Print the first line of the data below and every one after it, through the line containing "v -36.399 31.75 25.4", exactly as written.

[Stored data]
-- Opening Marker --
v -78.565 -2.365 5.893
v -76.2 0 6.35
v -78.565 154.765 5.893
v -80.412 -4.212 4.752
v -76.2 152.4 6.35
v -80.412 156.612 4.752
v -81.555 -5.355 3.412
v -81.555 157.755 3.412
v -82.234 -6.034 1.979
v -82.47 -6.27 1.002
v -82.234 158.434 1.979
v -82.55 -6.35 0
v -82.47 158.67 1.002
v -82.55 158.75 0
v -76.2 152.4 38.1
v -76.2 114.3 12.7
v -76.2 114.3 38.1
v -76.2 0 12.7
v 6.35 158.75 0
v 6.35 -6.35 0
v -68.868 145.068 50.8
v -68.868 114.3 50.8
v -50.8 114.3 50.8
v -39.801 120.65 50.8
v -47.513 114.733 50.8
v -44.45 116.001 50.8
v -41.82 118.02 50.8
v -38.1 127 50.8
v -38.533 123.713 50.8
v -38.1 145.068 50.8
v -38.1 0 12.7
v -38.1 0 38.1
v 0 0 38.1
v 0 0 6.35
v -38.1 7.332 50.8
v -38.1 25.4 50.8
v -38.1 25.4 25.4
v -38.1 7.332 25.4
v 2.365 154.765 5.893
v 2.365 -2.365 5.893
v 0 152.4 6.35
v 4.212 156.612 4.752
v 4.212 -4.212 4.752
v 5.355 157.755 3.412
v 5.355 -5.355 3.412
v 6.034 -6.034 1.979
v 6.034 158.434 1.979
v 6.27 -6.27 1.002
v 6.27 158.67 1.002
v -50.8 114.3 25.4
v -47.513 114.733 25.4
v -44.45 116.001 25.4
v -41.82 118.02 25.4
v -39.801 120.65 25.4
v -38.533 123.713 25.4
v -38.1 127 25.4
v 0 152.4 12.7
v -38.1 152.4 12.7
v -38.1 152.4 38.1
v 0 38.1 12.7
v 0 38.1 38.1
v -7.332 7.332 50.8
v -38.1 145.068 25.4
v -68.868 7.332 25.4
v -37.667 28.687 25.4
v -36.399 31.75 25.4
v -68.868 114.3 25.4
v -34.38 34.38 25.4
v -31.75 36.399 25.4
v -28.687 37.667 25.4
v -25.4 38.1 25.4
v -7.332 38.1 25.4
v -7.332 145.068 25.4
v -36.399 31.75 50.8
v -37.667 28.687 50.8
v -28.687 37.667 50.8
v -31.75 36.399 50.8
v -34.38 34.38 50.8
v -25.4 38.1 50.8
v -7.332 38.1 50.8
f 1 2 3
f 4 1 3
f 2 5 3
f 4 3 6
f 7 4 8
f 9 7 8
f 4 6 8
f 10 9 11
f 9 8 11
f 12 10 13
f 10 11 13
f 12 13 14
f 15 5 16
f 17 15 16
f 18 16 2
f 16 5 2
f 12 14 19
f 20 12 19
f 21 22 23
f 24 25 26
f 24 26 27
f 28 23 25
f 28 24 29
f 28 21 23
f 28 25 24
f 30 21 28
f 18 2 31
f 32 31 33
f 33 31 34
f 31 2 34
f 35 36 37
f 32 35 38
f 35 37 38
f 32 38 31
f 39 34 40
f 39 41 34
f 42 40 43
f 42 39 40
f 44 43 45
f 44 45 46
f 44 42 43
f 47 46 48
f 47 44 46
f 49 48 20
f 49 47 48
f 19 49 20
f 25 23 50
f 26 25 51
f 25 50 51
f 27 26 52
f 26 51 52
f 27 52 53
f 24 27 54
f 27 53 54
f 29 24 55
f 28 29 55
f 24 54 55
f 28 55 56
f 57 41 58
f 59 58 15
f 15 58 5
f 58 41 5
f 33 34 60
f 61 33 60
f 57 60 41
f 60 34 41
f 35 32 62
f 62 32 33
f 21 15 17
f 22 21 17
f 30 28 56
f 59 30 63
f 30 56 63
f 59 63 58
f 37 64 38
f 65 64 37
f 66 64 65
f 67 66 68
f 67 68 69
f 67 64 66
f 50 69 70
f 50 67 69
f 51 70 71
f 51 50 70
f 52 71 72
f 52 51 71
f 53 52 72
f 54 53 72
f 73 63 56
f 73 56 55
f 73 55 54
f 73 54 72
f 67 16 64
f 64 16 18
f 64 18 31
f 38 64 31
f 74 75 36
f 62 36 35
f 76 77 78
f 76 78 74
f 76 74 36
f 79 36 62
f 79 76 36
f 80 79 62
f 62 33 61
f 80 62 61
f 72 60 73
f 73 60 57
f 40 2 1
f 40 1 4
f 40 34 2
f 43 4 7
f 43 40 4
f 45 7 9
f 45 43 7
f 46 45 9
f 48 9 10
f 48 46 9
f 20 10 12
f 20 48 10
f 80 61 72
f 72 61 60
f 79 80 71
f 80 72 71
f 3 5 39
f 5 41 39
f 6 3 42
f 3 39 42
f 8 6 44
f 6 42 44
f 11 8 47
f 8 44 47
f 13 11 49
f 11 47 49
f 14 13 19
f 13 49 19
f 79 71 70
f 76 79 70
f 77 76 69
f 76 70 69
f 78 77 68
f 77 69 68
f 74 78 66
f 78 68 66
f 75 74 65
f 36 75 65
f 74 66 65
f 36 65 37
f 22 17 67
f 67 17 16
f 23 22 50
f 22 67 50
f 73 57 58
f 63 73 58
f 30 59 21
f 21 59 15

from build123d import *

# Parameters (mm, degrees)
F0_W     = 88.9
F0_H     = 165.1
F1_DEPTH = 6.35
F2_DEPTH = 25.4
F3_DEPTH = 50.8
F4_R     = 6.34999
F5_SIZE2 = 12.7
F5_SIZE  = 7.3323484187
F6_SIZE2 = 12.7
F6_SIZE  = 7.3323484187
F7_SIZE2 = 12.7
F7_SIZE  = 7.3323484187


# Not quite as in the source:
# - a fillet or chamfer is up to 0.001 mm smaller than in the source, because OpenCascade refuses the exact size


with BuildPart() as f1:
    # F0 (on Top) → F1 (new body)
    with BuildSketch(Plane.XY):
        with Locations((-38.1, 76.2)):
            Rectangle(F0_W, F0_H)
        Polygon((-76.2, 114.3), (-76.2, 152.4), (-38.1, 152.4), (0, 152.4), (0, 38.1), (0, 0), (-38.1, 0), (-76.2, 0), align=None, mode=Mode.SUBTRACT)
    extrude(amount=F1_DEPTH)

    # F0 (on Top) → F2 (join)
    with BuildSketch(Plane.XY):
        with BuildLine():
            Line((0, 152.4), (-38.1, 152.4))
            Line((-38.1, 152.4), (-38.1, 127))
            ThreePointArc((-38.1, 127), (-41.8197438789, 118.0197438789), (-50.8, 114.3))
            Line((-50.8, 114.3), (-76.2, 114.3))
            Line((-76.2, 114.3), (-76.2, 0))
            Line((-76.2, 0), (-38.1, 0))
            Line((-38.1, 0), (-38.1, 25.4))
            ThreePointArc((-38.1, 25.4), (-34.3802561211, 34.3802561211), (-25.4, 38.1))
            Line((-25.4, 38.1), (0, 38.1))
            Line((0, 38.1), (0, 152.4))
        make_face()
    extrude(amount=F2_DEPTH)

    # F0 (on Top) → F3 (join)
    with BuildSketch(Plane.XY):
        with BuildLine():
            Line((-38.1, 152.4), (-76.2, 152.4))
            Line((-76.2, 152.4), (-76.2, 114.3))
            Line((-76.2, 114.3), (-50.8, 114.3))
            ThreePointArc((-50.8, 114.3), (-41.8197438789, 118.0197438789), (-38.1, 127))
            Line((-38.1, 127), (-38.1, 152.4))
        make_face()
        with BuildLine():
            Line((0, 0), (0, 38.1))
            Line((0, 38.1), (-25.4, 38.1))
            ThreePointArc((-25.4, 38.1), (-34.3802561211, 34.3802561211), (-38.1, 25.4))
            Line((-38.1, 25.4), (-38.1, 0))
            Line((-38.1, 0), (0, 0))
        make_face()
    extrude(amount=F3_DEPTH)

    # F4 (radius 6.35 in the source; OpenCascade refuses exactly that, so slightly less here)
    f4_edges = [f1.edges().sort_by_distance(p)[0] for p in [
        (6.35, 76.2, 6.35),
        (-38.1, 158.75, 6.35),
        (-82.55, 76.2, 6.35),
        (-38.1, -6.35, 6.35),
    ]]
    fillet(f4_edges, radius=F4_R)

    # F5
    f5_edges = [f1.edges().sort_by_distance(p)[0] for p in [
        (0, 95.25, 25.4),
        (-57.15, 0, 25.4),
        (-76.2, 57.15, 25.4),
        (-19.05, 152.4, 25.4),
    ]]
    f5_side = f1.faces().sort_by_distance((-38.1, 76.2, 25.4))[0]
    chamfer(f5_edges, length=F5_SIZE, length2=F5_SIZE2, reference=f5_side)

    # F6
    f6_edges = [f1.edges().sort_by_distance(p)[0] for p in [
        (-57.15, 152.4, 50.8),
        (-76.2, 133.35, 50.8),
    ]]
    f6_side = f1.faces().sort_by_distance((-57.546042, 133.746042, 50.8))[0]
    chamfer(f6_edges, length=F6_SIZE, length2=F6_SIZE2, reference=f6_side)

    # F7
    f7_edges = [f1.edges().sort_by_distance(p)[0] for p in [
        (0, 19.05, 50.8),
        (-19.05, 0, 50.8),
    ]]
    f7_side = f1.faces().sort_by_distance((-18.653958, 18.653958, 50.8))[0]
    chamfer(f7_edges, length=F7_SIZE, length2=F7_SIZE2, reference=f7_side)


solid = f1.part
-- Closing Marker --
Task solution ::
v -78.565 -2.365 5.893
v -76.2 0 6.35
v -78.565 154.765 5.893
v -80.412 -4.212 4.752
v -76.2 152.4 6.35
v -80.412 156.612 4.752
v -81.555 -5.355 3.412
v -81.555 157.755 3.412
v -82.234 -6.034 1.979
v -82.47 -6.27 1.002
v -82.234 158.434 1.979
v -82.55 -6.35 0
v -82.47 158.67 1.002
v -82.55 158.75 0
v -76.2 152.4 38.1
v -76.2 114.3 12.7
v -76.2 114.3 38.1
v -76.2 0 12.7
v 6.35 158.75 0
v 6.35 -6.35 0
v -68.868 145.068 50.8
v -68.868 114.3 50.8
v -50.8 114.3 50.8
v -39.801 120.65 50.8
v -47.513 114.733 50.8
v -44.45 116.001 50.8
v -41.82 118.02 50.8
v -38.1 127 50.8
v -38.533 123.713 50.8
v -38.1 145.068 50.8
v -38.1 0 12.7
v -38.1 0 38.1
v 0 0 38.1
v 0 0 6.35
v -38.1 7.332 50.8
v -38.1 25.4 50.8
v -38.1 25.4 25.4
v -38.1 7.332 25.4
v 2.365 154.765 5.893
v 2.365 -2.365 5.893
v 0 152.4 6.35
v 4.212 156.612 4.752
v 4.212 -4.212 4.752
v 5.355 157.755 3.412
v 5.355 -5.355 3.412
v 6.034 -6.034 1.979
v 6.034 158.434 1.979
v 6.27 -6.27 1.002
v 6.27 158.67 1.002
v -50.8 114.3 25.4
v -47.513 114.733 25.4
v -44.45 116.001 25.4
v -41.82 118.02 25.4
v -39.801 120.65 25.4
v -38.533 123.713 25.4
v -38.1 127 25.4
v 0 152.4 12.7
v -38.1 152.4 12.7
v -38.1 152.4 38.1
v 0 38.1 12.7
v 0 38.1 38.1
v -7.332 7.332 50.8
v -38.1 145.068 25.4
v -68.868 7.332 25.4
v -37.667 28.687 25.4
v -36.399 31.75 25.4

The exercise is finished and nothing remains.